■ Task requirements: The answer must consist only of the lines from the line with "#184=AXIS2_PLACEMENT_3D('',#183,#51,#93);" to the line with "#207=CIRCLE('',#206,5.);", both included, exactly as they stand below.

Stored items
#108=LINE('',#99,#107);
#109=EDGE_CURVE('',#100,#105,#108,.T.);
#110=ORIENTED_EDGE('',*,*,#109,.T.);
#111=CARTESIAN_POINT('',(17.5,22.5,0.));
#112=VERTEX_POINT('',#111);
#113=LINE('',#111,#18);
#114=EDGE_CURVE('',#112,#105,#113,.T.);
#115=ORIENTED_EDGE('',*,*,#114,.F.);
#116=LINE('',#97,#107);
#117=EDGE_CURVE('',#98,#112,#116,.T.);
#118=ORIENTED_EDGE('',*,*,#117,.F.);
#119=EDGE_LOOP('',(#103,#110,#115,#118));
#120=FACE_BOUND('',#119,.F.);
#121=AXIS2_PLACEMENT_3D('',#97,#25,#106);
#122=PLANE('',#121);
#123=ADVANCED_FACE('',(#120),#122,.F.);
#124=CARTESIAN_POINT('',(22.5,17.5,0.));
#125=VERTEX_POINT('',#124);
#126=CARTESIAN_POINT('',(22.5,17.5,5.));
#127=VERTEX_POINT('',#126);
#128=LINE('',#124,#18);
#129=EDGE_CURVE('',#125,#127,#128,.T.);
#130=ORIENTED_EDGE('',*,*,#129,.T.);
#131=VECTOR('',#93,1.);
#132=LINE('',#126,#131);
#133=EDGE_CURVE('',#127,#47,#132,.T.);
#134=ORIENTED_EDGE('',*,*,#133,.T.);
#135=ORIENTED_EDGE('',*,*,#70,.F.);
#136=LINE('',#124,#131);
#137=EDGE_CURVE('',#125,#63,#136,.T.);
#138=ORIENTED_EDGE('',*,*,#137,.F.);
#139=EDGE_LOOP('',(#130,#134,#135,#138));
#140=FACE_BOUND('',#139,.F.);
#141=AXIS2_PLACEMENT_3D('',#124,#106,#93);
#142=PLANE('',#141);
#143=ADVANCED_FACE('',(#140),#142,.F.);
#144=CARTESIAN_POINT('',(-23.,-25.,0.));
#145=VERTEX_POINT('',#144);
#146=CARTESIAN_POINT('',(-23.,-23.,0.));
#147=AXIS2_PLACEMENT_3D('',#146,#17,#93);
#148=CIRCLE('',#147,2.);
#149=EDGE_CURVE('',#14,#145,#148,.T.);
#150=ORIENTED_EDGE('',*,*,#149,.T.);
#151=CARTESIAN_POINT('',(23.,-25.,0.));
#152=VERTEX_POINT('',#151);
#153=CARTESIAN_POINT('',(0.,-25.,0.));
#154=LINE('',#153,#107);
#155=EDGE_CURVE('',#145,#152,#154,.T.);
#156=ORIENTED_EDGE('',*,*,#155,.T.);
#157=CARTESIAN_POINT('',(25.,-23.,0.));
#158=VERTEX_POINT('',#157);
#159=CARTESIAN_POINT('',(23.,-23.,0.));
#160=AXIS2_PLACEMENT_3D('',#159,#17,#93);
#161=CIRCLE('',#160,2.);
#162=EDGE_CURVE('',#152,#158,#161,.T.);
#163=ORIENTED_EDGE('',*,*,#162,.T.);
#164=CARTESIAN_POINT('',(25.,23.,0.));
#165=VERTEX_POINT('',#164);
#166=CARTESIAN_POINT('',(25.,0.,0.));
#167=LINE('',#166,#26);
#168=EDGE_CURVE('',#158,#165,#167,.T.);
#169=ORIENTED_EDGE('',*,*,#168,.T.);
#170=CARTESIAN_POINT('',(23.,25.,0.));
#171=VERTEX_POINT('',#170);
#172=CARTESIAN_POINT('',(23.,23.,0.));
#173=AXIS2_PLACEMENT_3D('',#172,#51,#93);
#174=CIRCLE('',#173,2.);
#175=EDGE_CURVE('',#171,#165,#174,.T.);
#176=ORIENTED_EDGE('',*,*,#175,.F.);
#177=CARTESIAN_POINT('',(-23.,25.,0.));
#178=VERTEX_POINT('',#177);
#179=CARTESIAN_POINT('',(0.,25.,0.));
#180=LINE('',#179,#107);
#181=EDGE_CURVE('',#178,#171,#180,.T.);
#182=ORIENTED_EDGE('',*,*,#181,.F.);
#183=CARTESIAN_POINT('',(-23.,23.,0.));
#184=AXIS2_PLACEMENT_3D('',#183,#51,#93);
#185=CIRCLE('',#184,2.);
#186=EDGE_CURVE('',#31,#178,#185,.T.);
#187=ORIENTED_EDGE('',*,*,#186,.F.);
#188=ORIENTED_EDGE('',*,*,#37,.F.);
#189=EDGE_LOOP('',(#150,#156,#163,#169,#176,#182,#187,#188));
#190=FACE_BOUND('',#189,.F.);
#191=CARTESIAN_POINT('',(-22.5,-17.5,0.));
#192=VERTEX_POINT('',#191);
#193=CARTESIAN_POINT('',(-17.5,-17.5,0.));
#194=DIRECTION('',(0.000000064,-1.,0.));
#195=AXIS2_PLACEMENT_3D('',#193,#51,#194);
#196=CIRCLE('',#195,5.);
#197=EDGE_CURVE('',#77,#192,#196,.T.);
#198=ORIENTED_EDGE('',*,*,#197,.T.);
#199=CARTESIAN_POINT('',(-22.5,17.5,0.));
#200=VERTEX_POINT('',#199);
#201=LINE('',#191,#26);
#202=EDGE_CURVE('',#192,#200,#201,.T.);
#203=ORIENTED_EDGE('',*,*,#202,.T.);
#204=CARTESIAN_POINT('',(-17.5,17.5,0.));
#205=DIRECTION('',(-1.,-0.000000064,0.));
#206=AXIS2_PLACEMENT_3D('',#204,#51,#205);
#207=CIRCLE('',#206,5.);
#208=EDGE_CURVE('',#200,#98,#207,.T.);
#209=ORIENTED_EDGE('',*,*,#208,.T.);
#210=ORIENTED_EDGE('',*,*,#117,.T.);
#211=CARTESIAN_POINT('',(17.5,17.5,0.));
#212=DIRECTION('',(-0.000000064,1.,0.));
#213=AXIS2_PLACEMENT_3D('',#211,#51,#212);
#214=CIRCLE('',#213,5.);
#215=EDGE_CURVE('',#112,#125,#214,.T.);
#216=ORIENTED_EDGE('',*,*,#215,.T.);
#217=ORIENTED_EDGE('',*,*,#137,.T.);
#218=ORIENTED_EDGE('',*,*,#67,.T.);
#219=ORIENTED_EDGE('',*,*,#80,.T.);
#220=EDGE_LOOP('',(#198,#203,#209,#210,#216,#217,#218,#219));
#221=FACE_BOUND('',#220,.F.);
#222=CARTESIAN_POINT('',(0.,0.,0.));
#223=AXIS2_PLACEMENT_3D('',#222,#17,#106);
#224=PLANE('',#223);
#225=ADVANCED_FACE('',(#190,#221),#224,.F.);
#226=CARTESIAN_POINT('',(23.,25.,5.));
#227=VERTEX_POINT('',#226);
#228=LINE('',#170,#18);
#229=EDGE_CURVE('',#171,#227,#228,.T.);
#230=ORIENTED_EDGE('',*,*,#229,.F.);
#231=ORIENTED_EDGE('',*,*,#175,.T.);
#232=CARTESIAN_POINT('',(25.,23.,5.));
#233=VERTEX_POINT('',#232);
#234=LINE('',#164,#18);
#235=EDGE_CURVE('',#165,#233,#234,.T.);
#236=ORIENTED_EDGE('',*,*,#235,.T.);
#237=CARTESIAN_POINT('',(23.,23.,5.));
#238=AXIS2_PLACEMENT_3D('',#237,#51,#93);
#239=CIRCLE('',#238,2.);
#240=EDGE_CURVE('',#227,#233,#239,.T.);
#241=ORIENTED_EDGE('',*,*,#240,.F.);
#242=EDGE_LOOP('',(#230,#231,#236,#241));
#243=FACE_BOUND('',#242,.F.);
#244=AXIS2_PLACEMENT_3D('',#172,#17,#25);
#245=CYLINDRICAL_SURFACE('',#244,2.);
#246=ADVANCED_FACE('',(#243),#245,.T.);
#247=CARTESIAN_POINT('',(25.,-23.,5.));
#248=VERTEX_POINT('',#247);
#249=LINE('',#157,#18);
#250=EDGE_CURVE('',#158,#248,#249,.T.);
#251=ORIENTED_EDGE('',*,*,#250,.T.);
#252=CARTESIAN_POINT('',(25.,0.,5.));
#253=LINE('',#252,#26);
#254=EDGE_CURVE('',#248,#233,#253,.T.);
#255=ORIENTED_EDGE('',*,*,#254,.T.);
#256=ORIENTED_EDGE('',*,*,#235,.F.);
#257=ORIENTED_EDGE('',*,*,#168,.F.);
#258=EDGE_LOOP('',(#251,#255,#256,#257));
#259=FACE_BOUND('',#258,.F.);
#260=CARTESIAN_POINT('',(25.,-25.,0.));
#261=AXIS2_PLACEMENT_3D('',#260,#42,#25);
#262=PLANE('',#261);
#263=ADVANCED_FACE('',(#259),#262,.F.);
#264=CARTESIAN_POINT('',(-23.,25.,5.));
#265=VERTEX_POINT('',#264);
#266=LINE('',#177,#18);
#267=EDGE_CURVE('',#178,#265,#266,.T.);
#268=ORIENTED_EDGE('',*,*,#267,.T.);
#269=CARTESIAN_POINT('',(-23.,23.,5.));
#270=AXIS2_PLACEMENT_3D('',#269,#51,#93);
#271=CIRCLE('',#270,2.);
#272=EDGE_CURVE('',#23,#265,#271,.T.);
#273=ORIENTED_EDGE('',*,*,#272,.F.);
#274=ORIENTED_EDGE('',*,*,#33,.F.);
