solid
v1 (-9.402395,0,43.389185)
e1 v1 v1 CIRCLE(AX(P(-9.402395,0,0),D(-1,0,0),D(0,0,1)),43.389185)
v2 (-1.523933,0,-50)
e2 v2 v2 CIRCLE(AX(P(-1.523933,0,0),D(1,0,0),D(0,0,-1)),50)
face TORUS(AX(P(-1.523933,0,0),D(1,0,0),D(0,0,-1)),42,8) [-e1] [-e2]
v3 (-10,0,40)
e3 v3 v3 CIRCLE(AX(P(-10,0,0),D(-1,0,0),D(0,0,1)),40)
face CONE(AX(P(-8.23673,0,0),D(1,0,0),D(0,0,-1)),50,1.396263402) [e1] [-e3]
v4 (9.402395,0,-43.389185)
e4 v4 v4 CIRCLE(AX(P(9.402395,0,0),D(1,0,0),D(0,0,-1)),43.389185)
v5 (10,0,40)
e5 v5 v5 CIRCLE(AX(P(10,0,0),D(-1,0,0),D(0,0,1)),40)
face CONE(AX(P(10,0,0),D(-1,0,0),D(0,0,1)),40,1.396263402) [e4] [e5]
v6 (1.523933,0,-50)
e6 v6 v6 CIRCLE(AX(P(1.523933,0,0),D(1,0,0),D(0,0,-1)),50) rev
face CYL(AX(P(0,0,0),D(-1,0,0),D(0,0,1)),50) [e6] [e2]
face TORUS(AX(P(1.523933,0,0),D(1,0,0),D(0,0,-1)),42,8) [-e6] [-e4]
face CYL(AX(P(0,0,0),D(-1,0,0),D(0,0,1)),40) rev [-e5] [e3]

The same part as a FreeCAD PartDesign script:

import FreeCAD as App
import Part
import Sketcher
from FreeCAD import Vector
Q = App.Units.Quantity


def edges_at(feature, points):
    """Names of the edges that pass closest to the given points."""
    edges = feature.Shape.Edges
    near = lambda p: min(range(len(edges)), key=lambda i: edges[i].distToShape(Part.Vertex(*p))[0])
    return sorted({f"Edge{near(p) + 1}" for p in points})

doc = App.newDocument("Part")
body = doc.addObject("PartDesign::Body", "Body")

sketch1 = doc.addObject("Sketcher::SketchObject", "Sketch")
body.addObject(sketch1)
sketch1.AttachmentSupport = (doc.XY_Plane, [""])
sketch1.MapMode = "FlatFace"
sketch1.addGeometry(Part.LineSegment(Vector(8.23673, 50, 0), Vector(-8.23673, 50, 0)), False)
sketch1.addGeometry(Part.LineSegment(Vector(-8.23673, 50, 0), Vector(-10, 40, 0)), False)
sketch1.addGeometry(Part.LineSegment(Vector(-10, 40, 0), Vector(10, 40, 0)), False)
sketch1.addGeometry(Part.LineSegment(Vector(10, 40, 0), Vector(8.23673, 50, 0)), False)
sketch1.addConstraint(Sketcher.Constraint("Coincident", 0, 2, 1, 1))
sketch1.addConstraint(Sketcher.Constraint("Coincident", 1, 2, 2, 1))
sketch1.addConstraint(Sketcher.Constraint("Coincident", 2, 2, 3, 1))
sketch1.addConstraint(Sketcher.Constraint("Coincident", 3, 2, 0, 1))
sketch1.addConstraint(Sketcher.Constraint("Horizontal", 0))
sketch1.addConstraint(Sketcher.Constraint("Horizontal", 2))
sketch1.addConstraint(Sketcher.Constraint("Equal", 1, 3))
sketch1.addConstraint(Sketcher.Constraint("DistanceX", 2, 1, 2, 2, 20.0))
sketch1.addConstraint(Sketcher.Constraint("Angle", 1, Q("-100 deg")))
sketch1.addConstraint(Sketcher.Constraint("DistanceY", -1, 1, 0, 2, 50.0))
sketch1.addConstraint(Sketcher.Constraint("DistanceX", 1, 2, -1, 1, 10.0))
sketch1.addConstraint(Sketcher.Constraint("DistanceY", -1, 1, 1, 2, 40.0))
revolution = doc.addObject("PartDesign::Revolution", "Revolution")
body.addObject(revolution)
revolution.Profile = sketch1
revolution.ReferenceAxis = (sketch1, ["H_Axis"])
revolution.Angle = 360
doc.recompute()

fillet = doc.addObject("PartDesign::Fillet", "Fillet")
body.addObject(fillet)
fillet.Base = (revolution, edges_at(revolution, [(-8.237, 0, -50), (8.237, 0, -50)]))
fillet.Radius = 8

doc.recompute()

■ Problem solution:
#184=AXIS2_PLACEMENT_3D('',#183,#51,#93);
#185=CIRCLE('',#184,2.);
#186=EDGE_CURVE('',#31,#178,#185,.T.);
#187=ORIENTED_EDGE('',*,*,#186,.F.);
#188=ORIENTED_EDGE('',*,*,#37,.F.);
#189=EDGE_LOOP('',(#150,#156,#163,#169,#176,#182,#187,#188));
#190=FACE_BOUND('',#189,.F.);
#191=CARTESIAN_POINT('',(-22.5,-17.5,0.));
#192=VERTEX_POINT('',#191);
#193=CARTESIAN_POINT('',(-17.5,-17.5,0.));
#194=DIRECTION('',(0.000000064,-1.,0.));
#195=AXIS2_PLACEMENT_3D('',#193,#51,#194);
#196=CIRCLE('',#195,5.);
#197=EDGE_CURVE('',#77,#192,#196,.T.);
#198=ORIENTED_EDGE('',*,*,#197,.T.);
#199=CARTESIAN_POINT('',(-22.5,17.5,0.));
#200=VERTEX_POINT('',#199);
#201=LINE('',#191,#26);
#202=EDGE_CURVE('',#192,#200,#201,.T.);
#203=ORIENTED_EDGE('',*,*,#202,.T.);
#204=CARTESIAN_POINT('',(-17.5,17.5,0.));
#205=DIRECTION('',(-1.,-0.000000064,0.));
#206=AXIS2_PLACEMENT_3D('',#204,#51,#205);
#207=CIRCLE('',#206,5.);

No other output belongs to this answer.